I received my tank this week. It arrived safely by freight. 24x18x24 Exoterra. Attached is a picture of what I want to do. I have everything I need but I have to wait to start. Ugh. My local glass shop is closed this weekend, so I have to wait till next week to get bulkhead drilled. And top piece cut and drilled. 
I have a 3/4 inch bulkhead, is this sufficient?

Attached is the background layout. Hard to see depth of large driftwood. 
Initial plan is to have plants in it, stabilized for awhile then possibly add 2-3 azureus. 
Assuming sufficient plant growth, will I need some sort of hide for the frogs? There should be plenty of leaf litter floor space. 

I cannot believe how much I spent already.










Sent from my iPhone using Tapatalk


----------



## cap7 (Dec 4, 2016)

. Here's a better photo after GS. Now using knife, razor blade and dremel to get surface ready for silicone and coco fiber


Sent from my iPhone using Tapatalk


----------



## baskis (Jun 7, 2015)

cap7 said:


> I cannot believe how much I spent already.

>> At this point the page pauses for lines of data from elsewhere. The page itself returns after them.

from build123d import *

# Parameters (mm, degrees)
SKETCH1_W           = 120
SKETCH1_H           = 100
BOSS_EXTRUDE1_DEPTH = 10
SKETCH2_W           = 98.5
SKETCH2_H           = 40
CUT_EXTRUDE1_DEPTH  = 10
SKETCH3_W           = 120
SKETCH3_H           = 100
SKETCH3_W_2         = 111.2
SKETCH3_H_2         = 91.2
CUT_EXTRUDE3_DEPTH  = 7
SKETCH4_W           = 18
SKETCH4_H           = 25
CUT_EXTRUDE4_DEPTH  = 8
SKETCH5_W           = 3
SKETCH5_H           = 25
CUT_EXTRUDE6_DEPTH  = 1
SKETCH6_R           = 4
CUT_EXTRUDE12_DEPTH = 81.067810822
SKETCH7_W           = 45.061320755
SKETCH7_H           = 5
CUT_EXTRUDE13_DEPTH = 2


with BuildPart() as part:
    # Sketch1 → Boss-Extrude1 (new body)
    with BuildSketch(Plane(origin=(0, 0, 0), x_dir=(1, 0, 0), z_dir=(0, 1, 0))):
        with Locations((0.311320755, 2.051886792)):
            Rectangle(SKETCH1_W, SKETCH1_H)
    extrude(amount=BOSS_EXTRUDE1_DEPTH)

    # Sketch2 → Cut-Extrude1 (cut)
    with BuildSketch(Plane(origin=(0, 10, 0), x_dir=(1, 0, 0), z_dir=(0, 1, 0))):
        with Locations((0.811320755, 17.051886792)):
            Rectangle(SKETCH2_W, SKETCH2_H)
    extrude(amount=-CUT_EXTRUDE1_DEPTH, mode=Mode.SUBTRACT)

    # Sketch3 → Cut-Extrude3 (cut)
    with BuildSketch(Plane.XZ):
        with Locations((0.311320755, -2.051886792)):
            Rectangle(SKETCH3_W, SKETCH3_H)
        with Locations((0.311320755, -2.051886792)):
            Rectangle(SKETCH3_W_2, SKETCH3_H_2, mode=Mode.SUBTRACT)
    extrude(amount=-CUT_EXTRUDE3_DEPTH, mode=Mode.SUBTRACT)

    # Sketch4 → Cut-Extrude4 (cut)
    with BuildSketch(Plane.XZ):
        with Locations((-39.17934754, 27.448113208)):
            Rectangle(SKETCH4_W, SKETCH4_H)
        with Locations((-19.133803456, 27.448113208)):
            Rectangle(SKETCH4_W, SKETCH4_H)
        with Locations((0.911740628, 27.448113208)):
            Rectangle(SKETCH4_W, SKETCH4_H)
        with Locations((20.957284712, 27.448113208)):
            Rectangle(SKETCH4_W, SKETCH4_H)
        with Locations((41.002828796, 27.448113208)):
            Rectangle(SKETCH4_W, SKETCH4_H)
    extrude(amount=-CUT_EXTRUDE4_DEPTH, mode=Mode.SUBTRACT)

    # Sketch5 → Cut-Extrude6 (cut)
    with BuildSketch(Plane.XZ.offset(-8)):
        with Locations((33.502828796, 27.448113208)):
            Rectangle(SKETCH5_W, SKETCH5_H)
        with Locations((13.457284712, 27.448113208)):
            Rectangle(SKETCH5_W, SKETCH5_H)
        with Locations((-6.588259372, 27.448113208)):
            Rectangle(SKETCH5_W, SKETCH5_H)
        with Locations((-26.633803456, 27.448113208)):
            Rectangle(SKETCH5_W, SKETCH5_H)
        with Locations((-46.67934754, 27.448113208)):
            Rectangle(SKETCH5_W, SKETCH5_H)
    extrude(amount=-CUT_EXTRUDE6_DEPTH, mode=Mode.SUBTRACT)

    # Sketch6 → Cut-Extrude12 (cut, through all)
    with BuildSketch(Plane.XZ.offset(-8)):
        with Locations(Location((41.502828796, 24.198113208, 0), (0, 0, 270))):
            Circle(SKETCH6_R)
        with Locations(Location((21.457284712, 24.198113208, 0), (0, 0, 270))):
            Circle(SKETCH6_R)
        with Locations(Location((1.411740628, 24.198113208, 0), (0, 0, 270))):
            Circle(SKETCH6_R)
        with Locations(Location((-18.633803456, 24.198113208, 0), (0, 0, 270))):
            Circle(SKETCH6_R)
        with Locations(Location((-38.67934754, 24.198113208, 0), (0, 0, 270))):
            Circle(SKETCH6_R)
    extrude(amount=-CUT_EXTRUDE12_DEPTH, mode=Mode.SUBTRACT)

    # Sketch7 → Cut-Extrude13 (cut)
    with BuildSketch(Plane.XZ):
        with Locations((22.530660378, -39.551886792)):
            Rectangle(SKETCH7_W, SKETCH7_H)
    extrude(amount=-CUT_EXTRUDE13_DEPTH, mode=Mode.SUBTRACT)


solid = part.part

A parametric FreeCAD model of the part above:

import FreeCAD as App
import Part
import Sketcher

V = App.Vector
Q = App.Units.Quantity

doc = App.newDocument("Part")
body = doc.addObject("PartDesign::Body", "Body")

sketch1 = body.newObject("Sketcher::SketchObject", "Sketch")
sketch1.AttachmentSupport = (doc.getObject("XZ_Plane"), [""])
sketch1.MapMode = "FlatFace"
sketch1.addGeometry([
    Part.LineSegment(V(-60, -52, 0), V(-60, 48, 0)),
    Part.LineSegment(V(-60, 48, 0), V(60, 48, 0)),
    Part.LineSegment(V(60, 48, 0), V(60, -52, 0)),
    Part.LineSegment(V(60, -52, 0), V(-60, -52, 0)),
], False)
sketch1.addConstraint([
    Sketcher.Constraint("Coincident", 0, 2, 1, 1),
    Sketcher.Constraint("Coincident", 1, 2, 2, 1),
    Sketcher.Constraint("Coincident", 2, 2, 3, 1),
    Sketcher.Constraint("Coincident", 3, 2, 0, 1),
    Sketcher.Constraint("Vertical", 0),
    Sketcher.Constraint("Horizontal", 1),
    Sketcher.Constraint("Vertical", 2),
    Sketcher.Constraint("Horizontal", 3),
    Sketcher.Constraint("DistanceX", 1, 1, 1, 2, Q("120 mm")),
    Sketcher.Constraint("DistanceY", 0, 1, 0, 2, Q("100 mm")),
    Sketcher.Constraint("DistanceX", 0, 2, -1, 1, Q("59.688679 mm")),
    Sketcher.Constraint("DistanceY", -1, 1, 0, 2, Q("47.948113 mm")),
])
pad1 = body.newObject("PartDesign::Pad", "Pad")
pad1.Profile = sketch1
pad1.Length = 10
pad1.Reversed = True

sketch2 = body.newObject("Sketcher::SketchObject", "Sketch001")
sketch2.AttachmentSupport = (doc.getObject("XZ_Plane"), [""])
sketch2.MapMode = "FlatFace"
sketch2.AttachmentOffset = App.Placement(V(0, 0, -10), App.Rotation())
sketch2.addGeometry([
    Part.LineSegment(V(-48, -37, 0), V(-48, 3, 0)),
    Part.LineSegment(V(-48, 3, 0), V(50, 3, 0)),
    Part.LineSegment(V(50, 3, 0), V(50, -37, 0)),
    Part.LineSegment(V(50, -37, 0), V(-48, -37, 0)),
], False)
sketch2.addConstraint([
    Sketcher.Constraint("Coincident", 0, 2, 1, 1),
    Sketcher.Constraint("Coincident", 1, 2, 2, 1),
    Sketcher.Constraint("Coincident", 2, 2, 3, 1),
    Sketcher.Constraint("Coincident", 3, 2, 0, 1),
    Sketcher.Constraint("Vertical", 0),
    Sketcher.Constraint("Horizontal", 1),
    Sketcher.Constraint("Vertical", 2),
    Sketcher.Constraint("Horizontal", 3),
    Sketcher.Constraint("DistanceY", 0, 1, 0, 2, Q("40 mm")),
    Sketcher.Constraint("DistanceX", 1, 1, 1, 2, Q("98.5 mm")),
    Sketcher.Constraint("DistanceX", 0, 2, -1, 1, Q("48.438679 mm")),
    Sketcher.Constraint("DistanceY", -1, 1, 0, 2, Q("2.948113 mm")),
])
pocket1 = body.newObject("PartDesign::Pocket", "Pocket")
pocket1.Profile = sketch2
pocket1.Length = 10
pocket1.Reversed = True

sketch3 = body.newObject("Sketcher::SketchObject", "Sketch002")
sketch3.AttachmentSupport = (doc.getObject("XZ_Plane"), [""])
sketch3.MapMode = "FlatFace"
sketch3.addGeometry([
    Part.LineSegment(V(-60, 48, 0), V(-60, -52, 0)),
    Part.LineSegment(V(-60, -52, 0), V(60, -52, 0)),
    Part.LineSegment(V(60, -52, 0), V(60, 48, 0)),
    Part.LineSegment(V(60, 48, 0), V(-60, 48, 0)),
    Part.LineSegment(V(56, -48, 0), V(-55, -48, 0)),
    Part.LineSegment(V(-55, -48, 0), V(-55, 44, 0)),
    Part.LineSegment(V(-55, 44, 0), V(56, 44, 0)),
    Part.LineSegment(V(56, 44, 0), V(56, -48, 0)),
], False)
sketch3.addConstraint([
    Sketcher.Constraint("Coincident", 0, 2, 1, 1),
    Sketcher.Constraint("Coincident", 1, 2, 2, 1),
    Sketcher.Constraint("Coincident", 2, 2, 3, 1),
    Sketcher.Constraint("Coincident", 3, 2, 0, 1),
    Sketcher.Constraint("Coincident", 4, 2, 5, 1),
    Sketcher.Constraint("Coincident", 5, 2, 6, 1),
    Sketcher.Constraint("Coincident", 6, 2, 7, 1),
    Sketcher.Constraint("Coincident", 7, 2, 4, 1),
    Sketcher.Constraint("Vertical", 0),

There's a phrase I understand all too well. I only build tanks when I know I have enough to fund it so at some point in the build I usually stop adding it up because it gets ridiculous. Luckily I have a lot of leftover supplies so they should get cheaper from here on out. That said, your tank looks real nice. It should come along nicely with some planting


----------



## Andrew Lee (Jan 21, 2014)

baskis said:


> There's a phrase I understand all too well. I only build tanks when I know I have enough to fund it so at some point in the build I usually stop adding it up because it gets ridiculous. Luckily I have a lot of leftover supplies so they should get cheaper from here on out. That said, your tank looks real nice. It should come along nicely with some planting


I totally agree with baskis. Usually, you will have a few leftover supplies and soon, you will be able to use cuttings from the tank for future builds.


----------



## inthedeep (Oct 15, 2009)

just as a little insight stop put about an inch or 2 of water in and let it sit for a few days. wish i did i just had to tear mine down after a month being planted and "cycling" to reseal the bottom. i had a leak that i wish i knew about before getting it completely done. good thing i haven't put frogs in yet.


----------



## cap7 (Dec 4, 2016)

Yikes those silicon fumes will curl your hair!! But it went quickly and I'm waiting for it to dry after pressing in the coco fiber. If this turns out like I expect, I would say that this is a very beginner friendly first method. 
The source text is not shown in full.